L’acquacoltura destinata a diventare protagonista dell’impresa globale per raggiungere la sicurezza alimentare

Mariella Ballatore by Mariella Ballatore
25 Agosto 2015
in Pesca

La sicurezza alimentare è definita dalla Food and Agriculture Organization delle Nazioni Unite (FAO) come la condizione in cui “tutte le persone, in ogni momento, hanno accesso fisico ed economico a sufficiente cibo, sicuro e nutriente per soddisfare le loro esigenze dietetiche e preferenze alimentari per una vita attiva e sana”.
Allo stato attuale, secondo il report The State of Food Insecurity in the World 2015, la FAO stima che 795 milioni di persone nel mondo sono cronicamente sottoalimentate. Più di un miliardo di persone fa affidamento sul pesce come fonte primaria di proteine animali, e le previsioni indicano che questa domanda continuerà a crescere.
Così la FAO guarda all’acquacoltura, il settore alimentare in più rapida crescita nel mondo, per fornire una soluzione.

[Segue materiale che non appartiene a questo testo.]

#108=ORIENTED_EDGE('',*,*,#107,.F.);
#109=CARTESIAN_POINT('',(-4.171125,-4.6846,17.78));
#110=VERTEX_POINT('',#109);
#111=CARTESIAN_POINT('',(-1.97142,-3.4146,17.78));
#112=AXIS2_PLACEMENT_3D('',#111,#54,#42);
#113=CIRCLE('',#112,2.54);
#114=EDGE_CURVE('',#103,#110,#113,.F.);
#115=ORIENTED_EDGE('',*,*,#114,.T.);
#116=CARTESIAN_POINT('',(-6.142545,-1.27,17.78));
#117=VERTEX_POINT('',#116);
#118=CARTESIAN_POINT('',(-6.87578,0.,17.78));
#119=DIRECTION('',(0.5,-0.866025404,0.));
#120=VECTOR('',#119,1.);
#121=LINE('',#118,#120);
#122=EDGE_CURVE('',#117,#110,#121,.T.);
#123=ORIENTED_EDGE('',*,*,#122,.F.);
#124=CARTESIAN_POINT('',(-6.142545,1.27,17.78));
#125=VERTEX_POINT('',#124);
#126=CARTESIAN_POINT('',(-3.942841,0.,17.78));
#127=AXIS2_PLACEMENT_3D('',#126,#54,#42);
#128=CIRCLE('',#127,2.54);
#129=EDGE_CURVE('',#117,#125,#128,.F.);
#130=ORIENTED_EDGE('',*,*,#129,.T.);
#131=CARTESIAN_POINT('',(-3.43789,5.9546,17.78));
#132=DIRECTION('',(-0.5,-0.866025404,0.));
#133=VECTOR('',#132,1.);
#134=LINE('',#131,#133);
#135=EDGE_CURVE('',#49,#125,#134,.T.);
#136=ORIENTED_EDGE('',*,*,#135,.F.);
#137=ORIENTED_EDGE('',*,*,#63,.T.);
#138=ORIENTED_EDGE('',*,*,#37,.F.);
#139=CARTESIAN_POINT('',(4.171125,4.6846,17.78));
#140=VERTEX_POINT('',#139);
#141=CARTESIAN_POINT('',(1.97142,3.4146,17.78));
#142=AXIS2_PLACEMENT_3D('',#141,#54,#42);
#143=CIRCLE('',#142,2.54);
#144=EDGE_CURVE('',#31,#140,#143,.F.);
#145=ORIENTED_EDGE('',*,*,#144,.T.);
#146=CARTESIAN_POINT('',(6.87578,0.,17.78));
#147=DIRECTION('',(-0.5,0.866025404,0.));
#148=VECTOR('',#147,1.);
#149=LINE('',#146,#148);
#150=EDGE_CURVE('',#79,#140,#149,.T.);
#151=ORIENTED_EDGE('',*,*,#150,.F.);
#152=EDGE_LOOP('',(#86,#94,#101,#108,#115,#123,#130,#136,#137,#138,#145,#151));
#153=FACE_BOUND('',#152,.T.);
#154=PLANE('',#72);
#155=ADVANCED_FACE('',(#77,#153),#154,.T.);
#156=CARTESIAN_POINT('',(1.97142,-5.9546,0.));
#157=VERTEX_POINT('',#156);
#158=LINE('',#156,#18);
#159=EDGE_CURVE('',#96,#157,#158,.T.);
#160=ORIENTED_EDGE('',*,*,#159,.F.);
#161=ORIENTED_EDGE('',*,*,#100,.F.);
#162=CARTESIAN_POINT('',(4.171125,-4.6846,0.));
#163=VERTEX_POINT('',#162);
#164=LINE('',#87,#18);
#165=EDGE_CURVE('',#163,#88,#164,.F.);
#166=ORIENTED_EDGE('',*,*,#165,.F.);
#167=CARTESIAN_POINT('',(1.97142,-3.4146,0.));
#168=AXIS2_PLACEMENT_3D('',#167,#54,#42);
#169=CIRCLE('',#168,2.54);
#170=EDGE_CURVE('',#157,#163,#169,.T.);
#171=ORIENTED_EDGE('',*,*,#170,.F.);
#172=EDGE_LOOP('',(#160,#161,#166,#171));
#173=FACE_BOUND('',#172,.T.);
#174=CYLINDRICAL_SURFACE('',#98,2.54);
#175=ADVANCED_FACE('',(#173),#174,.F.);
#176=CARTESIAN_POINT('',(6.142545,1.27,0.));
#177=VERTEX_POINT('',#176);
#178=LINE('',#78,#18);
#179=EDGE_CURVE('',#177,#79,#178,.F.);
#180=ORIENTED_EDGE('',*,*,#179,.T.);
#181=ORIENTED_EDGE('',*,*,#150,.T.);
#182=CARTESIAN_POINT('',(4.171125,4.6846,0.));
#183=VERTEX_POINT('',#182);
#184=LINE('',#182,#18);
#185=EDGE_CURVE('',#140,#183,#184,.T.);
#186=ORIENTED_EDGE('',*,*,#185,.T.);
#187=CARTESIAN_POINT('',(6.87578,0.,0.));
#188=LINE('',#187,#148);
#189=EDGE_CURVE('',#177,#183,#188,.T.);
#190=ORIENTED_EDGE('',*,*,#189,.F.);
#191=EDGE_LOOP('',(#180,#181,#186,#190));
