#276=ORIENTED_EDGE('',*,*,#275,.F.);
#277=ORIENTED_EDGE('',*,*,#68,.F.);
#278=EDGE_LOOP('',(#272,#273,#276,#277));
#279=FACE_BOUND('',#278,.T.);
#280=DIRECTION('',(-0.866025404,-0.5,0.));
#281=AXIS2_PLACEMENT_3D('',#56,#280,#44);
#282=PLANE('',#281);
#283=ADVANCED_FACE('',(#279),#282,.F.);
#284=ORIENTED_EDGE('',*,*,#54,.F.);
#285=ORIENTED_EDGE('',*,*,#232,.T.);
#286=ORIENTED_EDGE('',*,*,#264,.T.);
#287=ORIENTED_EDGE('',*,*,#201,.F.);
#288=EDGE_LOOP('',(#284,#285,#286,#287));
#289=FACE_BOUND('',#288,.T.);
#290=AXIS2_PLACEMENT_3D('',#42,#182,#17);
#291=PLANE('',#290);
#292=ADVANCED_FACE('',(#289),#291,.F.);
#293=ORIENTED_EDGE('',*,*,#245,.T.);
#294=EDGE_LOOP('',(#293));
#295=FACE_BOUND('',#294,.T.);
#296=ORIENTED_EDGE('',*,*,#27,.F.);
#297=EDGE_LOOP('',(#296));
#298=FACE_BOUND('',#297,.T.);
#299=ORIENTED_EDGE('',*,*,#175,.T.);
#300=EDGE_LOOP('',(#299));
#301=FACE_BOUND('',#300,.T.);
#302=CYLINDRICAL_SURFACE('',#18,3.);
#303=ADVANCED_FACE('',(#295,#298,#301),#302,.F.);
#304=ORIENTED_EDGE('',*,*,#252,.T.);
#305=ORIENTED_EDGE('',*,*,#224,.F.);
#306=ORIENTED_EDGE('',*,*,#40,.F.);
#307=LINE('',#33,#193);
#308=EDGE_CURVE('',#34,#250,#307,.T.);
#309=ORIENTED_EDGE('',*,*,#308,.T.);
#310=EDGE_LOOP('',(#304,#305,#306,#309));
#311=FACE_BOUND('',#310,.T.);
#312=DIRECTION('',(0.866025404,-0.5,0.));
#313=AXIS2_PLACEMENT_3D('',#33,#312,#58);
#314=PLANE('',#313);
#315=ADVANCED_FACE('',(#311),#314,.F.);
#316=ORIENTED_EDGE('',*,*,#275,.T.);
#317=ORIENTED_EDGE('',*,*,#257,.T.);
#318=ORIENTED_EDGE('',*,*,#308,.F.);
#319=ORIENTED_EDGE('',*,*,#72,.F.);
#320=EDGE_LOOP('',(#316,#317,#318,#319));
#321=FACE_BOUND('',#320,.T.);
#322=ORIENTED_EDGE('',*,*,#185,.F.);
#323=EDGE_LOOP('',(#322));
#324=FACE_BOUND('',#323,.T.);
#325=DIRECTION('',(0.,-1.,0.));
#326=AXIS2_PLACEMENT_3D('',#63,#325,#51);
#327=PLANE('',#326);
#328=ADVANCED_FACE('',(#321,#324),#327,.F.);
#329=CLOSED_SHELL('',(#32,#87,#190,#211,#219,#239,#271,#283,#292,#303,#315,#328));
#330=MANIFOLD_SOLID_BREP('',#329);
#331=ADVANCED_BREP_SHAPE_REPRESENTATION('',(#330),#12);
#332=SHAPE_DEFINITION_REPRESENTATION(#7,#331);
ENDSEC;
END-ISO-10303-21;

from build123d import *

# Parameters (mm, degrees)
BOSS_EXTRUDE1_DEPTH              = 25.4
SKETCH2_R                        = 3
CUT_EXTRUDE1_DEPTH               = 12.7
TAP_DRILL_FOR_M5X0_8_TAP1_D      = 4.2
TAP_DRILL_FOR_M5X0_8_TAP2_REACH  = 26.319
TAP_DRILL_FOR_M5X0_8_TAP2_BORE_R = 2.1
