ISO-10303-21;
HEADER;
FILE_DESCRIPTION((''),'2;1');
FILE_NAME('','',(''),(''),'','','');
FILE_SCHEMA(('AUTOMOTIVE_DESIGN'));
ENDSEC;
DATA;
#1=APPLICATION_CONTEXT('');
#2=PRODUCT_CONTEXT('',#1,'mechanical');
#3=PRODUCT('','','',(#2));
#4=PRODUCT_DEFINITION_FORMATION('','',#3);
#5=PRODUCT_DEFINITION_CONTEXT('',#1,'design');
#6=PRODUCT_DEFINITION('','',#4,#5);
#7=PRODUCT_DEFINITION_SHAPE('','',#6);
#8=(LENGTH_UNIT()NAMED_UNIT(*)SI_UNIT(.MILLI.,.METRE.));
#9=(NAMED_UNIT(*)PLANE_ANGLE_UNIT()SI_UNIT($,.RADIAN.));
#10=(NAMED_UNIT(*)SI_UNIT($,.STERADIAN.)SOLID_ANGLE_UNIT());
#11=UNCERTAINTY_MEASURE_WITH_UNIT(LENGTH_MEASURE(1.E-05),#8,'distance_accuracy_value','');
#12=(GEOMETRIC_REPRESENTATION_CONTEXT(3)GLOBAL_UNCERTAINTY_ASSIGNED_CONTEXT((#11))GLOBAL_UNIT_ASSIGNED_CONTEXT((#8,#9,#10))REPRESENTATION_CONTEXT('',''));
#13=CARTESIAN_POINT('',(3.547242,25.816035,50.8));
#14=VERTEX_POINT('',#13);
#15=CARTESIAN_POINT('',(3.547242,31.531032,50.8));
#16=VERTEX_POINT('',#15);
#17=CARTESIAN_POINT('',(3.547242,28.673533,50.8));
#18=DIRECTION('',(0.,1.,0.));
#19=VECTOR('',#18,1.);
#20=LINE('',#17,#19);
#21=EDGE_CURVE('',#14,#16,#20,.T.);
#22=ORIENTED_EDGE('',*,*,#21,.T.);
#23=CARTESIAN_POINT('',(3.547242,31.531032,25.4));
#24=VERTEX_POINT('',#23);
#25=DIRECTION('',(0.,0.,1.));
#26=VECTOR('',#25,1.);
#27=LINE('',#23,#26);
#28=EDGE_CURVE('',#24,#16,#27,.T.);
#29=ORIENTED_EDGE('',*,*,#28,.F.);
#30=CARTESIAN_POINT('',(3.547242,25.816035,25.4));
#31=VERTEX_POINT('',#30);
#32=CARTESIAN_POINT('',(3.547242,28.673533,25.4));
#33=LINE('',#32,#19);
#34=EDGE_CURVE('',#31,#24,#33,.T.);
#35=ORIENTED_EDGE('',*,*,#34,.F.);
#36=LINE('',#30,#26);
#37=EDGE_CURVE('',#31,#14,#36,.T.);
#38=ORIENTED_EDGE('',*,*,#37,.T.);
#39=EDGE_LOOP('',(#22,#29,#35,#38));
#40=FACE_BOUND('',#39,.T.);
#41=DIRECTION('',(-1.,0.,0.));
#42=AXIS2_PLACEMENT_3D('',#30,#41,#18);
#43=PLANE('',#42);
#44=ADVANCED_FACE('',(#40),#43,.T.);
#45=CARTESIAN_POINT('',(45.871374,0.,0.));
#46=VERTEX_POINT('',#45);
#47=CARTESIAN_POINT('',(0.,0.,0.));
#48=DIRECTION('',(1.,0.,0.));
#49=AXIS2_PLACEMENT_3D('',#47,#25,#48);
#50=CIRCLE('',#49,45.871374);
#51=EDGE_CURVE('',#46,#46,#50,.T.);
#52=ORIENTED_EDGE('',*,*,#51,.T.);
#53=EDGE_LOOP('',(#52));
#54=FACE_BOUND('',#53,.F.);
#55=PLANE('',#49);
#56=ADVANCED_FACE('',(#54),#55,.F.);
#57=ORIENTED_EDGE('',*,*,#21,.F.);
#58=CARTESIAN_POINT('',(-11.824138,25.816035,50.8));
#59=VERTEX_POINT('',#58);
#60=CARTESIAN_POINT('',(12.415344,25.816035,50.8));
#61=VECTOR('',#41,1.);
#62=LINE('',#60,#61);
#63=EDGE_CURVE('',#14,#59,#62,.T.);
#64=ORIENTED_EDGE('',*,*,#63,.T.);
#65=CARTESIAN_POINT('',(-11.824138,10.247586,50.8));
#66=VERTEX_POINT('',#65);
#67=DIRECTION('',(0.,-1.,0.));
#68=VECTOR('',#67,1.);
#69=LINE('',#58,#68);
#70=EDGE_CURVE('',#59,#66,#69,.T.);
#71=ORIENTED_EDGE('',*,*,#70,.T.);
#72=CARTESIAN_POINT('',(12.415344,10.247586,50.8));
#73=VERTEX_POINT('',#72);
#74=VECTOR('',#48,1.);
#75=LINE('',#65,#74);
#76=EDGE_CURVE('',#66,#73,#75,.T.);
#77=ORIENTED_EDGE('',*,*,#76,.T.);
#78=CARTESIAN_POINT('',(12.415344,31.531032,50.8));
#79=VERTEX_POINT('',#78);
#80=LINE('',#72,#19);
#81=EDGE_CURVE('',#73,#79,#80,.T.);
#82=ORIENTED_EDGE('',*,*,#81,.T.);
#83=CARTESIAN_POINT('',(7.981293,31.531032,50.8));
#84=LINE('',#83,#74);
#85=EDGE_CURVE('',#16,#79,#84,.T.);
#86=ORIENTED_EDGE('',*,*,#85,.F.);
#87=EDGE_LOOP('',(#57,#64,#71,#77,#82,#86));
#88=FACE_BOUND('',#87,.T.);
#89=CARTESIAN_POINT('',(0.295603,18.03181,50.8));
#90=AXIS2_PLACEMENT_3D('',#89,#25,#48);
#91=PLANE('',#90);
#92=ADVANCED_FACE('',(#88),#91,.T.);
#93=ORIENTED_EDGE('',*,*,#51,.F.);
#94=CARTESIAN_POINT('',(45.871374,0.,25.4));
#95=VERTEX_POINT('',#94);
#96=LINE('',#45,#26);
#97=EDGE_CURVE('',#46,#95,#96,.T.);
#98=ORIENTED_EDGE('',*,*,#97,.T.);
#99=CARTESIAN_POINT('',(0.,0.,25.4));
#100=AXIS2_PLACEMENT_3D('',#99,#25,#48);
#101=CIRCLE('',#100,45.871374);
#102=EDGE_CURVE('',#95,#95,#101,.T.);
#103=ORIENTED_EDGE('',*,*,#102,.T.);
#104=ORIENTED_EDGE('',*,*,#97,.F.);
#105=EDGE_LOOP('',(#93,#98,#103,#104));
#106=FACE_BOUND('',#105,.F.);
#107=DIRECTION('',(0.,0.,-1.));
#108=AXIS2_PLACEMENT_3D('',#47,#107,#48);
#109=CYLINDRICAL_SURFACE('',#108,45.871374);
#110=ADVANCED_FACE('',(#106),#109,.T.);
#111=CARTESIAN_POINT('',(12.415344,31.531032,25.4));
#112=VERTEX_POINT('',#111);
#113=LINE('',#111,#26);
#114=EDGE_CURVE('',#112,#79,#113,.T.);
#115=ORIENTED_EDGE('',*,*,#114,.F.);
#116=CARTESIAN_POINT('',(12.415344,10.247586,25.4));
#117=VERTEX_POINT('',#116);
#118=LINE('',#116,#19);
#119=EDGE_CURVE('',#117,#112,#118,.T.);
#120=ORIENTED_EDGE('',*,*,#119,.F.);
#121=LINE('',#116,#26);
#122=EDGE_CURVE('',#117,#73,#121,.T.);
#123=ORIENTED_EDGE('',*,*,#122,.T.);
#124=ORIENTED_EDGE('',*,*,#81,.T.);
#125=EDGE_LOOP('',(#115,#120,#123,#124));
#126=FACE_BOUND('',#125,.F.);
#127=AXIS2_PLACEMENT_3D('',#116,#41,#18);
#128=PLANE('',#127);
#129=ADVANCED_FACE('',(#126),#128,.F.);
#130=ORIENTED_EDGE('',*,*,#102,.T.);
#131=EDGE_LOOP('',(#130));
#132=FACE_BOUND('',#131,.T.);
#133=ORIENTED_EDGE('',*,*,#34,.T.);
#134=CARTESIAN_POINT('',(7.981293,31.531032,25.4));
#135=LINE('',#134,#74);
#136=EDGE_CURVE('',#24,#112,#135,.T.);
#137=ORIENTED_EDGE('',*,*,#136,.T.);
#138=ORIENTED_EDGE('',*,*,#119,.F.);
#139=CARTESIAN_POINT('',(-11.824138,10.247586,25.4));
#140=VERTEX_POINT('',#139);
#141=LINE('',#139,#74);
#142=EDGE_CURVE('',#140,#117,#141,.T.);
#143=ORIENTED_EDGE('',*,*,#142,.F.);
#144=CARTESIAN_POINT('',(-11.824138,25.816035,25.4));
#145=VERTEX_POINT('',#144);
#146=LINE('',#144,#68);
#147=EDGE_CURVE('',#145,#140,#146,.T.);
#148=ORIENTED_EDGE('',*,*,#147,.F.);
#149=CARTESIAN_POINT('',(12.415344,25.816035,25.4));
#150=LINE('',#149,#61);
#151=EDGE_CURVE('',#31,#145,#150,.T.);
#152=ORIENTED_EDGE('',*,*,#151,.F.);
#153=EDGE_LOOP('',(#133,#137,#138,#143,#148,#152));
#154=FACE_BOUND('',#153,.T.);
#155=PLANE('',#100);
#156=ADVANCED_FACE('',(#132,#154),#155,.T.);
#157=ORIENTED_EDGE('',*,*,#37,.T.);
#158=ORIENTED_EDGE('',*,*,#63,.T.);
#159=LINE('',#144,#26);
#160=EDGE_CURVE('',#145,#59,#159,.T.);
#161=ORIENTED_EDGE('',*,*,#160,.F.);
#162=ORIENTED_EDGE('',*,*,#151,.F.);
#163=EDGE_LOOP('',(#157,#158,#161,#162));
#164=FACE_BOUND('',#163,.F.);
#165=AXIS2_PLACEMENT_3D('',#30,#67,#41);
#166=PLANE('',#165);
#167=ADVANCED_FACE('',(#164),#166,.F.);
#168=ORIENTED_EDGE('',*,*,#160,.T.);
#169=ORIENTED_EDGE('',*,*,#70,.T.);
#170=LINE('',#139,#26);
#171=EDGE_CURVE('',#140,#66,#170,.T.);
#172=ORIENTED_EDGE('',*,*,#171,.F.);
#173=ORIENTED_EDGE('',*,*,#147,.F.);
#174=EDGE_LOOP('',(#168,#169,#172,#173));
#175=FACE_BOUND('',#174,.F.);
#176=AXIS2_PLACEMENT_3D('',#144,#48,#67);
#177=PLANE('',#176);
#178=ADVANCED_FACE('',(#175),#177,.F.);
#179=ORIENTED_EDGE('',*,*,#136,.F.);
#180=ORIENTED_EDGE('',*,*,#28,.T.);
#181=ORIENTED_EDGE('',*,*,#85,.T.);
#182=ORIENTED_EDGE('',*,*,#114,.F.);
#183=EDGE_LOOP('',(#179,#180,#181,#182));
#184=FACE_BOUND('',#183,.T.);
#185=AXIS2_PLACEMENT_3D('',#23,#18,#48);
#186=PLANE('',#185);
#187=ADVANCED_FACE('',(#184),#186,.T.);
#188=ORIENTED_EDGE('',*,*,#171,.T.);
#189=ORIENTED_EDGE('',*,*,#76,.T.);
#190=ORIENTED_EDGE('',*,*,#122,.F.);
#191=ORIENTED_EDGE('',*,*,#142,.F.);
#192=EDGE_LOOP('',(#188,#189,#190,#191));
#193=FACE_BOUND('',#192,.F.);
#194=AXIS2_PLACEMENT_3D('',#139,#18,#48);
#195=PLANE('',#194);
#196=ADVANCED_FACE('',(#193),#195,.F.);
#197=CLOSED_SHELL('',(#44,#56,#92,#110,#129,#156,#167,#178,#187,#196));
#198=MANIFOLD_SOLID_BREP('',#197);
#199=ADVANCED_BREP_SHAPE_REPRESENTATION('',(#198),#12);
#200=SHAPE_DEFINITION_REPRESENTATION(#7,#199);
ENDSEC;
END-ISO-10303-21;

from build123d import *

# Parameters (mm, degrees)
F0_R     = 45.871374
F1_DEPTH = 25.4
F2_W     = 8.868102
F2_H     = 5.714997
F3_DEPTH = 25.4


with BuildPart() as f1:
    # F0 (on Top) → F1 (new body)
    with BuildSketch(Plane.XY):
        Circle(F0_R)
    extrude(amount=F1_DEPTH)

    # F2 (on face) → F3 (join)
    with BuildSketch(Plane.XY.offset(25.4)):
        Polygon((3.547242, 25.816035), (-11.824138, 25.816035), (-11.824138, 10.247586), (12.415344, 10.247586), (12.415344, 25.816035), align=None)
        with Locations((7.981293, 28.673533)):
            Rectangle(F2_W, F2_H)
    extrude(amount=F3_DEPTH)


solid = f1.part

Al forum intergovernativo a livello mondiale su pesca e aspetti dell’acquacoltura che si è tenuto nel giugno dello scorso anno, José Graziano da Silva, Direttore Generale della FAO, ha dichiarato che la pesca e l’acquacoltura rappresentano un “contributo fondamentale per la sicurezza alimentare”, ma ha avvertito che “la pesca eccessiva, l’inquinamento e il cambiamento climatico, stanno mettendo il settore a rischio “.
Attualmente, il mondo produce 160 milioni di tonnellate di pesce all’anno, ma il Vice Direttore Generale della pesca e dell’acquacoltura del Dipartimento della FAO, Árni Mathiesen, dice che, secondo le proiezioni OCSE-FAO, i consumi cresceranno fino a 260 milioni di tonnellate entro il 2030.
“Per ottenere questo risultato abbiamo bisogno di produrre più pesce,” ha detto ” e l’acquacoltura è la via giusta per affrontare la sfida di colmare il divario di 100 milioni di tonnellate.”

Stando ai tassi di crescita attuali, l’acquacoltura potrebbe produrre altri 50 milioni di tonnellate di pesce all’anno, mentre la cattura selvaggia ha la possibilità di aumentare solo di 10-20 milioni di tonnellate all’anno. Tuttavia, Mathiesen avverte che questo risultato sarà possibile solo con soluzioni di acquacoltura sostenibile, in grado di reagire bene alle inevitabili sfide del cambiamento climatico.
Quindi, l’acquacoltura è sostenibile?
“Dal punto di vista ecologico, l’acquacoltura non va molto bene rispetto ai sistemi alimentari di proteine animali terrestri”, dice Mathiesen. “I fatti dimostrano che ci sono meno vincoli ambientali alla produzione di pesce sostenibile dell’acquacoltura rispetto ad altre forme di proteine”.

John Mosig, del Victorian Aquaculture Council è d’accordo: “Non c’è dubbio, l’ acquacoltura sta per giocare un ruolo importante nella sicurezza alimentare globale nel futuro. L’industria ha fatto molta strada dal 1980, in particolare nel corso degli ultimi 10 anni. Guardiamo sempre più alla sostenibilità del pesce d’allevamento. Capannoni con clima controllato e riciclo delle acque sono tra i molti cambiamenti positivi, ma il grande balzo in avanti è proveniente dalla nutrizione e dalla genetica . C’è un enorme sforzo di ricerca in corso per lo sviluppo di fonti sostenibili di ingredienti diversi che fare affidamento sulla cattura di pesci selvatici. “

Le preoccupazioni circa la raccolta di pesci selvatici da utilizzare come farina di pesce in acquacoltura sono, secondo Pietro Horvat, Communications Manager del Fisheries Research and Development Corporation ” una grande bufala”.
“Non tutti i pesci hanno bisogno di farina di pesce per crescere e sopravvivere, molti sono in grado di crescere nutrendosi di sostanze vegetali.” ha detto “Tutto si riduce al fatto se il produttore vuole un alto livello di omega-3 o no.”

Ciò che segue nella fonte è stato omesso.